Some background: H and I just celebrated our 8th anniversary, and have been together for 10 years. We got married very young (18 and 19) and had children very young (I was 17 and 20 when our sons were born.) H was in the Army during the first 7 years of our marriage. He did 3 deployments, missing the birth of both of our children. I took on all household responsabilities and caring for the children during this time, while also going to college full-time. Despite all the initial hardships, we have had a very happy marriage until recently. 

This morning, one of my H's co-workers called me, to tell me that H had sent her multiple text messages that she deemed inappropriate and that made her uncomfortable. This had been going on over the course of a month or so and she decided to tell me (we are friendly and we have done things socially with her.) She sent me all of the messages and I have confronted H about it. 

I just don't understand. While the past year of our marriage has had a lot of ups and downs, I thought it was all minor things. He travels for work a lot, leaving me to do most things around the house and with the kids, despite working full-time. It has caused a lot of resentment on my end and I do not always think he behaves appropriate while traveling (goes out drinking a lot.) But we had been working through these things, and the past 6 weeks had been wonderful. Except that this has been going on for the past month. If he was committed to working things through, and really thought things were getting better, why would he ruin it by doing this?! I feel so betrayed and hurt...I have done everything in my power to try to be a better wife, and this was my reward.

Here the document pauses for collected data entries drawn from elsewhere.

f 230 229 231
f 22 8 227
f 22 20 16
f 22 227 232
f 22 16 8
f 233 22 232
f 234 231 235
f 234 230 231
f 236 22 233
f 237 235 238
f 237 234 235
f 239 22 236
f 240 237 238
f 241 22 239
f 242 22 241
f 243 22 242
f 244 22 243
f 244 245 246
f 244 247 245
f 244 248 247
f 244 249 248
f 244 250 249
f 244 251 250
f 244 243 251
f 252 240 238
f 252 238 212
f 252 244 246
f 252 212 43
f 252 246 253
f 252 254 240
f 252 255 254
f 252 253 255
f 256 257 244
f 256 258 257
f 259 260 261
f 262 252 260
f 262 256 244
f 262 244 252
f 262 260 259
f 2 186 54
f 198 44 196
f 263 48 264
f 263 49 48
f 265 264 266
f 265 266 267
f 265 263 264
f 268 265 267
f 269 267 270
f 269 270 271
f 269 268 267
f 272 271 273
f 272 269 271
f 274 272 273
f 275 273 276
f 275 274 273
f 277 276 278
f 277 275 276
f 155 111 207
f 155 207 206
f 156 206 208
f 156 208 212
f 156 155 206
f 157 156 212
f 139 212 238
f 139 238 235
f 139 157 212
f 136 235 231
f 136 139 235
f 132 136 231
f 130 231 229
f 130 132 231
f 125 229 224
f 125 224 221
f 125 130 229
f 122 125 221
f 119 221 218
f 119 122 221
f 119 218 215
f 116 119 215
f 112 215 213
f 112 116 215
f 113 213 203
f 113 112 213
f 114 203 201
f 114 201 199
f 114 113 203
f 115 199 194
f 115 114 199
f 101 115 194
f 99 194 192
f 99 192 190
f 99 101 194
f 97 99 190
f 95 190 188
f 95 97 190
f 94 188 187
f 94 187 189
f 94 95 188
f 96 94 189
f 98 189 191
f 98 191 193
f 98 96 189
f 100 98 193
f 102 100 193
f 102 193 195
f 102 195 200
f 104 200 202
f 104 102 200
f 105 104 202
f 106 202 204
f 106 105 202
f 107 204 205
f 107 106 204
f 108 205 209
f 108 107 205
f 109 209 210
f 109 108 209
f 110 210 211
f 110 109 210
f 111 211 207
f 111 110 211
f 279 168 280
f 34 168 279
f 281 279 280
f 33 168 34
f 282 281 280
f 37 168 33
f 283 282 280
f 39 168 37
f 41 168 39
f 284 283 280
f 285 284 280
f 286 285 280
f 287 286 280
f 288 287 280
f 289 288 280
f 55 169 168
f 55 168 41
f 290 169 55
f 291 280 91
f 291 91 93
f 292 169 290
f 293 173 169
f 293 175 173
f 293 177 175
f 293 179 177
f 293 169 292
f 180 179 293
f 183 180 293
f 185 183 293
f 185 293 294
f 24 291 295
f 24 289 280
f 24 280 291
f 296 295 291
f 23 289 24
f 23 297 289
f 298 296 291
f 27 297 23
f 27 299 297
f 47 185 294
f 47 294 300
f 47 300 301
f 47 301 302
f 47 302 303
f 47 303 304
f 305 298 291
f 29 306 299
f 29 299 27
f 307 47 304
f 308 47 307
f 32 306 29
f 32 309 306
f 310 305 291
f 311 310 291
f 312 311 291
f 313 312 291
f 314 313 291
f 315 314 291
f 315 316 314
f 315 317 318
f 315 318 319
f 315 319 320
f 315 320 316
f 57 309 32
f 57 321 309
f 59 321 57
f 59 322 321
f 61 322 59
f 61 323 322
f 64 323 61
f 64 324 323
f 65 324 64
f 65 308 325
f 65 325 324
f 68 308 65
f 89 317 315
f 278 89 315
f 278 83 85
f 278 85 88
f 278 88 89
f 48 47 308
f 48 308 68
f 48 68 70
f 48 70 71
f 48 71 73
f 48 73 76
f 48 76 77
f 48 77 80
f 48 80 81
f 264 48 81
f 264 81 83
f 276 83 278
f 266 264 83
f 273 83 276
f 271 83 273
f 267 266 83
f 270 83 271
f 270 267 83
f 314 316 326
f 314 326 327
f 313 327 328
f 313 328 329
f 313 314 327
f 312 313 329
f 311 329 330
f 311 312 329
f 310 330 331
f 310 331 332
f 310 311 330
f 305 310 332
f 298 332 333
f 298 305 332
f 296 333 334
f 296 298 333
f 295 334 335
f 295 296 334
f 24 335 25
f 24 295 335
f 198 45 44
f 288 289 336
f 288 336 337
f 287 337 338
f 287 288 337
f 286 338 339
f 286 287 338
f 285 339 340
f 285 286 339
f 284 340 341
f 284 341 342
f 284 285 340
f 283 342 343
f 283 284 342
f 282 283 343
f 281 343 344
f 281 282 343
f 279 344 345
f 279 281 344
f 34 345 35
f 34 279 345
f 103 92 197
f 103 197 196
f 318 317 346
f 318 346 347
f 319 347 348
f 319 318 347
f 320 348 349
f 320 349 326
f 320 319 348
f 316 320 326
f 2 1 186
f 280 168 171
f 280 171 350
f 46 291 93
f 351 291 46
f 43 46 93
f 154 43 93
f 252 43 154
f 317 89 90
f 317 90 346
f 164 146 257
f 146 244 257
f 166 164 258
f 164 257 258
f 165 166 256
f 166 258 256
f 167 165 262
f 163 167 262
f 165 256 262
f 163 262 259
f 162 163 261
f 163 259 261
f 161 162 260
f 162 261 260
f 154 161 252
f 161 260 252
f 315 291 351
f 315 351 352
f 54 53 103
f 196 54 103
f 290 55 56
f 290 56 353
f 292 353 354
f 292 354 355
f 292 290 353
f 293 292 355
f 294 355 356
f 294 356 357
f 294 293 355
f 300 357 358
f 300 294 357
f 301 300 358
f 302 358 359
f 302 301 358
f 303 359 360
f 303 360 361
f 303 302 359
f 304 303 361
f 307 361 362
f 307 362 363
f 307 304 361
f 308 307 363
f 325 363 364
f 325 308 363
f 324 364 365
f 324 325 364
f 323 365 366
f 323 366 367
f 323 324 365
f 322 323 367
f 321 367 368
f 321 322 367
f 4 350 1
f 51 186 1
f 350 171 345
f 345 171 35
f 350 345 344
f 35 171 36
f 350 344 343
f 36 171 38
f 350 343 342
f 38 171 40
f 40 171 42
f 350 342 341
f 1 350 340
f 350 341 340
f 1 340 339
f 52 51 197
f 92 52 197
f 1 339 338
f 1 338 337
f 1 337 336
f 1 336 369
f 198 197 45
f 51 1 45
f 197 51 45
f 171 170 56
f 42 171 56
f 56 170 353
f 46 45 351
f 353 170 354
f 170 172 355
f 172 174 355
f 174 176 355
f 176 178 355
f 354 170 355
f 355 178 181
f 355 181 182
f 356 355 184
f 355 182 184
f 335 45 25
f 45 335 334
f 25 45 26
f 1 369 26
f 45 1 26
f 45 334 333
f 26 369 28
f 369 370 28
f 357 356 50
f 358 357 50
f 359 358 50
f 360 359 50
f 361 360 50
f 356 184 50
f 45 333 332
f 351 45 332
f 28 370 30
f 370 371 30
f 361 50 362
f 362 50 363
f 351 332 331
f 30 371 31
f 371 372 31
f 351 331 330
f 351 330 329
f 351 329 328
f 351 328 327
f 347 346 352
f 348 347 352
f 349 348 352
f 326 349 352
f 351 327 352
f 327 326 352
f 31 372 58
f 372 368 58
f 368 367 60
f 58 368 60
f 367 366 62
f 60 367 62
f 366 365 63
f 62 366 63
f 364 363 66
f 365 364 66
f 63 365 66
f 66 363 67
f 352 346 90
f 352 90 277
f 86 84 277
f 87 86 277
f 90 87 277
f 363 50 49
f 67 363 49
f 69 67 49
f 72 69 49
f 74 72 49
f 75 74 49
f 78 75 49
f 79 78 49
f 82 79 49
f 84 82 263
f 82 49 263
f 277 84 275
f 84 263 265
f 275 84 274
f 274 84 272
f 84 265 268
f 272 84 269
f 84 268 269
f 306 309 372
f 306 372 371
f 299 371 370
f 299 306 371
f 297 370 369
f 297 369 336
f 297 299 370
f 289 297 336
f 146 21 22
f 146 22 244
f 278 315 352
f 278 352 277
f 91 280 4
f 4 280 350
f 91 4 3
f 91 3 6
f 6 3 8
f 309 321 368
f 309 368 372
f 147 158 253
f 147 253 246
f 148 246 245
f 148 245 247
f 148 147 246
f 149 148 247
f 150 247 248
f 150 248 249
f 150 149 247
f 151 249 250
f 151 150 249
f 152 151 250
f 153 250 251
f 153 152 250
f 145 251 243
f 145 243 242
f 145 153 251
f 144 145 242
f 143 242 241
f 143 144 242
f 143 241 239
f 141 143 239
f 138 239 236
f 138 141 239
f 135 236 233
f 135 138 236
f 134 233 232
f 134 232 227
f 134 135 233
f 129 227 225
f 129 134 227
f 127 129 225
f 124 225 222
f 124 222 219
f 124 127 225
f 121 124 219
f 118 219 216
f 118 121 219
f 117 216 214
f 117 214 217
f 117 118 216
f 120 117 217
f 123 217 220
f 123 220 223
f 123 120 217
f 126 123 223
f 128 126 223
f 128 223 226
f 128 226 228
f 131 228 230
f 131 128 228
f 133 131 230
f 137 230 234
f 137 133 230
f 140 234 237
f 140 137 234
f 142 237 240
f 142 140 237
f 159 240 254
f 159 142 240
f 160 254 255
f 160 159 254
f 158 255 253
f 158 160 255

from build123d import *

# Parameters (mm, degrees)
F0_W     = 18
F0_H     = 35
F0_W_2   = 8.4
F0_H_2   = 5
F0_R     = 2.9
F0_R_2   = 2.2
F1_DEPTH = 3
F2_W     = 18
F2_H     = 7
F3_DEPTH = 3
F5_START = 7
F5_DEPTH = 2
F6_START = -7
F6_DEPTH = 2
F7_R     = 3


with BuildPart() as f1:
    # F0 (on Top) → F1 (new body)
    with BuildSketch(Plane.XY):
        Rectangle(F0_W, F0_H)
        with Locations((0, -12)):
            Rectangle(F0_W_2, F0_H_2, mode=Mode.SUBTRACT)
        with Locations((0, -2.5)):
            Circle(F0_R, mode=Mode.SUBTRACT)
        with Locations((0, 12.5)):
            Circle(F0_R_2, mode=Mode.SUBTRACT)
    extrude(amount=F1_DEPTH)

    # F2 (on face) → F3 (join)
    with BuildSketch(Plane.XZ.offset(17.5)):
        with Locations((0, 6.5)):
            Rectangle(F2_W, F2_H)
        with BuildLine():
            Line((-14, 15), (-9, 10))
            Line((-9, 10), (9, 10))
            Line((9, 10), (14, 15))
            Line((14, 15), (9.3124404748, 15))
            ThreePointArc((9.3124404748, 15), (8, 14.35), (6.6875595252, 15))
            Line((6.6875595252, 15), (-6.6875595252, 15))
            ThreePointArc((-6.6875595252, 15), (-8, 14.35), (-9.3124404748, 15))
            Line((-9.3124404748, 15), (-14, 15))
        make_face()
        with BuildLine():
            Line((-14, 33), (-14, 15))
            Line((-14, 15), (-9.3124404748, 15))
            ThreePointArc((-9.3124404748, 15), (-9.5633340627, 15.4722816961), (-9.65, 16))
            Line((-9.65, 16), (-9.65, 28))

We have talked about marriage counseling, but I am not sure how much good it will do at this point. H doesn't even seem to want to fight for us.


----------



## CruxAve (Dec 30, 2011)

Why should he fight? You tolerate his crap. Give him the boot, and he might wake up.


----------



## cledus_snow (Feb 19, 2012)

you're holding on too tight. he doesn't want you anymore, so why would you go on chasing him?


----------



## crazyconfused (Nov 23, 2011)

You know this isn't the first time for him.. You need to snap his but out of La La land. Either he stops or he is done.. You can't control what he does, but you can control what you are willing to put up with
_Posted via Mobile Device_


----------



## AngryandUsed (Jun 23, 2011)

It is hard for you to take care of all the things around. And on the top of it, his attempts to taste the greener pastures on the other side.

Maybe you know only some portion of what he is actually doing. Be vigilant.


----------



## viaVA (Feb 19, 2012)

I think marriage counseling scares me because I AM scared he's still not being honest. I'm scared of what else might come out that would be worse than this.

What if it doesn't work out? I like 15 hours away from my family, but my job is here. I don't even know if I could afford to stay in this area, as a single mom, on my salary. How does one contemplate leaving the only thing they've ever known?


----------



## I_Will_Survive (Oct 28, 2011)

viaVA said:


> I think marriage counseling scares me because I AM scared he's still not being honest. I'm scared of what else might come out that would be worse than this.
> 
> What if it doesn't work out? I like 15 hours away from my family, but my job is here. I don't even know if I could afford to stay in this area, as a single mom, on my salary. How does one contemplate leaving the only thing they've ever known?


First of all, he works, so he will have to at least give you child support, and depending on your relative salaries, he'll probably have to give you spousal support as well. (Not if you make more than him.)

Second of all, you don't want to stay in a relationship where you're scared he's not honest, and just scared to break up. That's not a good basis for a marriage. 

Look online to see if there's low-cost counseling you can go to, on your own. Find out some of the options that are open to you. Talk to someone who understands what you're going through and who can help you make some practical plans. 

And then if he's not willing to change, leave the SOB.


----------